Negli anni precedenti, come in quelli di poco successivi, non mancano i film che rivelano la grinta dell’interprete – da Schiavo d’amore (1934) a La foresta pietrificata (1936) e Le cinque schiave (1937), da Tramonto (1939) a Perdutamente tua (1942) – avviando la galleria di personaggi femminili perfidi, autoritari, sgradevoli, in cui l’intensa forza di carattere contrassegna la coraggiosa modernità della donna di fronte al destino, con lo strepitoso repertorio di occhiate oblique, labbra serrate, gesti insolenti, scatti nervosi e battute taglienti che le è proprio. Nei mélo strappalacrime, le sue testarde ereditiere, acide zitelle, subdole governanti, nevrotiche cenerentole, tutte con la inconfondibile piega amara della bocca, animano i percorsi conflittuali del woman’s film dove lo sguardo femminile ruba la scena agli uomini.

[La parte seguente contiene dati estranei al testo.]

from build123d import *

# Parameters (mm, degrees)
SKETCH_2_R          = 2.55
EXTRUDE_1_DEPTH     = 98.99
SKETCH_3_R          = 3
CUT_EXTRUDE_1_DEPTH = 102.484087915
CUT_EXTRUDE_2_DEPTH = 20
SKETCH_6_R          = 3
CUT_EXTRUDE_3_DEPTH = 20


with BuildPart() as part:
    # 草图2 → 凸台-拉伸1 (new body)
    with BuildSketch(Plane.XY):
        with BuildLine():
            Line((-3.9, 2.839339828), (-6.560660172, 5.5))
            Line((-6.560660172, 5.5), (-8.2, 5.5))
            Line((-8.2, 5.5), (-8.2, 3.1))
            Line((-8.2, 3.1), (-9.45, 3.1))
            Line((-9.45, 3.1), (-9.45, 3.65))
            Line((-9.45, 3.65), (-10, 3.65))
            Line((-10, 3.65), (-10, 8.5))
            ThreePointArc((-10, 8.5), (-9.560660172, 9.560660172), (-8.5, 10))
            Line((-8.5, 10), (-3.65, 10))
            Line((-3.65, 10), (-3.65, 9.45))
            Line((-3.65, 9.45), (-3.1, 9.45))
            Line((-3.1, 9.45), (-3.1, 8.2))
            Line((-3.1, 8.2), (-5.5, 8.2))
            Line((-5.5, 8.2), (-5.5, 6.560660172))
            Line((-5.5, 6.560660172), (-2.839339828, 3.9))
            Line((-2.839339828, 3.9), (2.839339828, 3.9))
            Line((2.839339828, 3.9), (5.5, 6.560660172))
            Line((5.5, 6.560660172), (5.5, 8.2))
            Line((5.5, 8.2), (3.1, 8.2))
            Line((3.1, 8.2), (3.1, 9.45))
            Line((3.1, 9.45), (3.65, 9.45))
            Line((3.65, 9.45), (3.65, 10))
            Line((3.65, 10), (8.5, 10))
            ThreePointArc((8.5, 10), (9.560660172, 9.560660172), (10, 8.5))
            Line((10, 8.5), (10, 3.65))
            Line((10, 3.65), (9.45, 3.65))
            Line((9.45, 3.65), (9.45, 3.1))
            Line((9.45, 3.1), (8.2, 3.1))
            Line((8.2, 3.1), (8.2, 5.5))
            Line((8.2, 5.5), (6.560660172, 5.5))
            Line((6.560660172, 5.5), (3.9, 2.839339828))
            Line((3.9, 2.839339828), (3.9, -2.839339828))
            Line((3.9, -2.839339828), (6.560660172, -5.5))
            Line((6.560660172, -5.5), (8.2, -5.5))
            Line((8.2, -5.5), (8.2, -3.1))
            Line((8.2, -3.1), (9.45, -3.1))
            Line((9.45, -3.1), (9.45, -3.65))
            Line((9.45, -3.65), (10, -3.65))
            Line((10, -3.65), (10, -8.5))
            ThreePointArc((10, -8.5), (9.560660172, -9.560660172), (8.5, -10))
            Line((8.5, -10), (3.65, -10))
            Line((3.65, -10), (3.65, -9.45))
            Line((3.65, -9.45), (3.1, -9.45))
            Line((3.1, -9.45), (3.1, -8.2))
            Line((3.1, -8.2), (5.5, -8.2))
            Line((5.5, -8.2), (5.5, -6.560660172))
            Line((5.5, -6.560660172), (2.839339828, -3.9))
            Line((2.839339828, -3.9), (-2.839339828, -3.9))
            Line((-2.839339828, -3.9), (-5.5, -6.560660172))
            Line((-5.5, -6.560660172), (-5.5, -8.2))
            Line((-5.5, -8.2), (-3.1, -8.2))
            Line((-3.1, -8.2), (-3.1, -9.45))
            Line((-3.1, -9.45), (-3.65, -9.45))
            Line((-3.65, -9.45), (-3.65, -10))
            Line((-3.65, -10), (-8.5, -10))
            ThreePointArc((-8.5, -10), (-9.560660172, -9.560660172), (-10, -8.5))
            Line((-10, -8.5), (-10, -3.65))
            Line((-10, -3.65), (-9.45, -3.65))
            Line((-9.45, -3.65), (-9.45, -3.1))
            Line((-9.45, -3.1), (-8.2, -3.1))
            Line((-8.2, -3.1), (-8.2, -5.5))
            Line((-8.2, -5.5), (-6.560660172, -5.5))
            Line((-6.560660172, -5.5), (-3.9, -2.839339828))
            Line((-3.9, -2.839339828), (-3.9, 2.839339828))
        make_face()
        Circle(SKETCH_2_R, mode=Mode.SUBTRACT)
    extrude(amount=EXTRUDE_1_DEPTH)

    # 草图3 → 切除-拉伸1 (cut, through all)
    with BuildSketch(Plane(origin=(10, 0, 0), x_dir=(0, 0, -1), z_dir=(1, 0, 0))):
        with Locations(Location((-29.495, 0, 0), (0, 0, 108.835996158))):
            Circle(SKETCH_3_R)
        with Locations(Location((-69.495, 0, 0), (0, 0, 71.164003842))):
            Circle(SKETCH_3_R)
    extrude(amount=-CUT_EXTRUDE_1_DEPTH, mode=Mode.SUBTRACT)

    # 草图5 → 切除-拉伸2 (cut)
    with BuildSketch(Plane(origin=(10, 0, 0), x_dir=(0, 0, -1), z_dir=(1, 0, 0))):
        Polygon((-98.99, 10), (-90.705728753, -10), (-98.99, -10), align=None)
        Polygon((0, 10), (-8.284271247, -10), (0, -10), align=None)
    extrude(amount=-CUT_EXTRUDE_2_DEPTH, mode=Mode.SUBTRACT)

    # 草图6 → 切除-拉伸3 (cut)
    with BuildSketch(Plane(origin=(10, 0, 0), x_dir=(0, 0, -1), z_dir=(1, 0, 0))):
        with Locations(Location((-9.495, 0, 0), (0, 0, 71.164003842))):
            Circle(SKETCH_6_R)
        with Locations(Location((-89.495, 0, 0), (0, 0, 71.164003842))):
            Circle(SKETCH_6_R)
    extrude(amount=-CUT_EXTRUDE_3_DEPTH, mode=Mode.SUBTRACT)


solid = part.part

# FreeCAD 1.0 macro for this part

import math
import FreeCAD as App
import Part
import Sketcher
from FreeCAD import Vector
Q = App.Units.Quantity

doc = App.newDocument("Part")
params = doc.addObject("Spreadsheet::Sheet", "Params")
for row, (alias, value) in enumerate([
    ("sketch1_diameter", "5.1 mm"),
    ("sketch1_radius", "1.5 mm"),
    ("sketch1_width", "2.4 mm"),
    ("sketch1_width2", "1.25 mm"),
    ("sketch1_width3", "0.55 mm"),
    ("pad1_length", "98.99 mm"),
    ("sketch2_diameter", "6 mm"),
    ("sketch3_width", "20 mm"),
    ("pocket2_length", "20 mm"),
    ("sketch4_diameter", "6 mm"),
    ("pocket3_length", "20 mm"),
], start=1):
    params.set(f"A{row}", alias)
    params.set(f"B{row}", "=" + value)
    params.setAlias(f"B{row}", alias)

body = doc.addObject("PartDesign::Body", "Body")

sketch1 = body.newObject("Sketcher::SketchObject", "Sketch")
sketch1.AttachmentSupport = (doc.getObject("XY_Plane"), [""])
sketch1.MapMode = "FlatFace"
sketch1.addGeometry(Part.LineSegment(Vector(-6.6, 5.5, 0), Vector(-3.9, 2.8, 0)), False)
sketch1.addGeometry(Part.LineSegment(Vector(-3.9, 2.8, 0), Vector(-3.9, -2.8, 0)), False)
sketch1.addGeometry(Part.LineSegment(Vector(-3.9, -2.8, 0), Vector(-6.6, -5.5, 0)), False)
sketch1.addGeometry(Part.LineSegment(Vector(-6.6, -5.5, 0), Vector(-8.2, -5.5, 0)), False)
sketch1.addGeometry(Part.LineSegment(Vector(-8.2, -5.5, 0), Vector(-8.2, -3.1, 0)), False)
sketch1.addGeometry(Part.LineSegment(Vector(-8.2, -3.1, 0), Vector(-9.4, -3.1, 0)), False)
sketch1.addGeometry(Part.LineSegment(Vector(-9.4, -3.1, 0), Vector(-9.4, -3.6, 0)), False)
sketch1.addGeometry(Part.LineSegment(Vector(-9.4, -3.6, 0), Vector(-10, -3.6, 0)), False)
sketch1.addGeometry(Part.LineSegment(Vector(-10, -3.6, 0), Vector(-10, -8.5, 0)), False)
sketch1.addGeometry(Part.ArcOfCircle(Part.Circle(Vector(-8.5, -8.5, 0), Vector(0, 0, 1), 1.5), math.radians(180), math.radians(270)), False)
sketch1.addGeometry(Part.LineSegment(Vector(-8.5, -10, 0), Vector(-3.6, -10, 0)), False)
sketch1.addGeometry(Part.LineSegment(Vector(-3.6, -10, 0), Vector(-3.6, -9.4, 0)), False)
sketch1.addGeometry(Part.LineSegment(Vector(-3.6, -9.4, 0), Vector(-3.1, -9.4, 0)), False)
sketch1.addGeometry(Part.LineSegment(Vector(-3.1, -9.4, 0), Vector(-3.1, -8.2, 0)), False)
sketch1.addGeometry(Part.LineSegment(Vector(-3.1, -8.2, 0), Vector(-5.5, -8.2, 0)), False)
sketch1.addGeometry(Part.LineSegment(Vector(-5.5, -8.2, 0), Vector(-5.5, -6.6, 0)), False)
sketch1.addGeometry(Part.LineSegment(Vector(-5.5, -6.6, 0), Vector(-2.8, -3.9, 0)), False)
sketch1.addGeometry(Part.LineSegment(Vector(-2.8, -3.9, 0), Vector(2.8, -3.9, 0)), False)
sketch1.addGeometry(Part.LineSegment(Vector(2.8, -3.9, 0), Vector(5.5, -6.6, 0)), False)
sketch1.addGeometry(Part.LineSegment(Vector(5.5, -6.6, 0), Vector(5.5, -8.2, 0)), False)
sketch1.addGeometry(Part.LineSegment(Vector(5.5, -8.2, 0), Vector(3.1, -8.2, 0)), False)
sketch1.addGeometry(Part.LineSegment(Vector(3.1, -8.2, 0), Vector(3.1, -9.4, 0)), False)
sketch1.addGeometry(Part.LineSegment(Vector(3.1, -9.4, 0), Vector(3.6, -9.4, 0)), False)
sketch1.addGeometry(Part.LineSegment(Vector(3.6, -9.4, 0), Vector(3.6, -10, 0)), False)
sketch1.addGeometry(Part.LineSegment(Vector(3.6, -10, 0), Vector(8.5, -10, 0)), False)
sketch1.addGeometry(Part.ArcOfCircle(Part.Circle(Vector(8.5, -8.5, 0), Vector(0, 0, 1), 1.5), math.radians(-90), math.radians(0)), False)
sketch1.addGeometry(Part.LineSegment(Vector(10, -8.5, 0), Vector(10, -3.6, 0)), False)
sketch1.addGeometry(Part.LineSegment(Vector(10, -3.6, 0), Vector(9.4, -3.6, 0)), False)
sketch1.addGeometry(Part.LineSegment(Vector(9.4, -3.6, 0), Vector(9.4, -3.1, 0)), False)
sketch1.addGeometry(Part.LineSegment(Vector(9.4, -3.1, 0), Vector(8.2, -3.1, 0)), False)
sketch1.addGeometry(Part.LineSegment(Vector(8.2, -3.1, 0), Vector(8.2, -5.5, 0)), False)
sketch1.addGeometry(Part.LineSegment(Vector(8.2, -5.5, 0), Vector(6.6, -5.5, 0)), False)
sketch1.addGeometry(Part.LineSegment(Vector(6.6, -5.5, 0), Vector(3.9, -2.8, 0)), False)
sketch1.addGeometry(Part.LineSegment(Vector(3.9, -2.8, 0), Vector(3.9, 2.8, 0)), False)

Nel dopoguerra il personaggio di Margo Channing di Eva contro Eva (1950) è la sua performance più clamorosa e struggente, mentre incalzano i volti nuovi dell’Actor’s Studio. Il capolavoro di Joseph L. Mankiewicz, attraverso la metafora del teatro, mette in scena la paura d’invecchiare, i meccanismi del successo, i segreti dello show-business e le paranoie della società americana. Nel 1999, dieci anni dopo la scomparsa dell’attrice, Pedro Almodovar in Tutto su mia madre ripropone alcune magiche sequenze del vecchio film, perché «tre o quattro donne che parlano, si confessano e mentono nel camerino di un teatro, il sancta sanctorum dell’universo femminile», rimandano per lui all’«origine della finzione e della narrazione».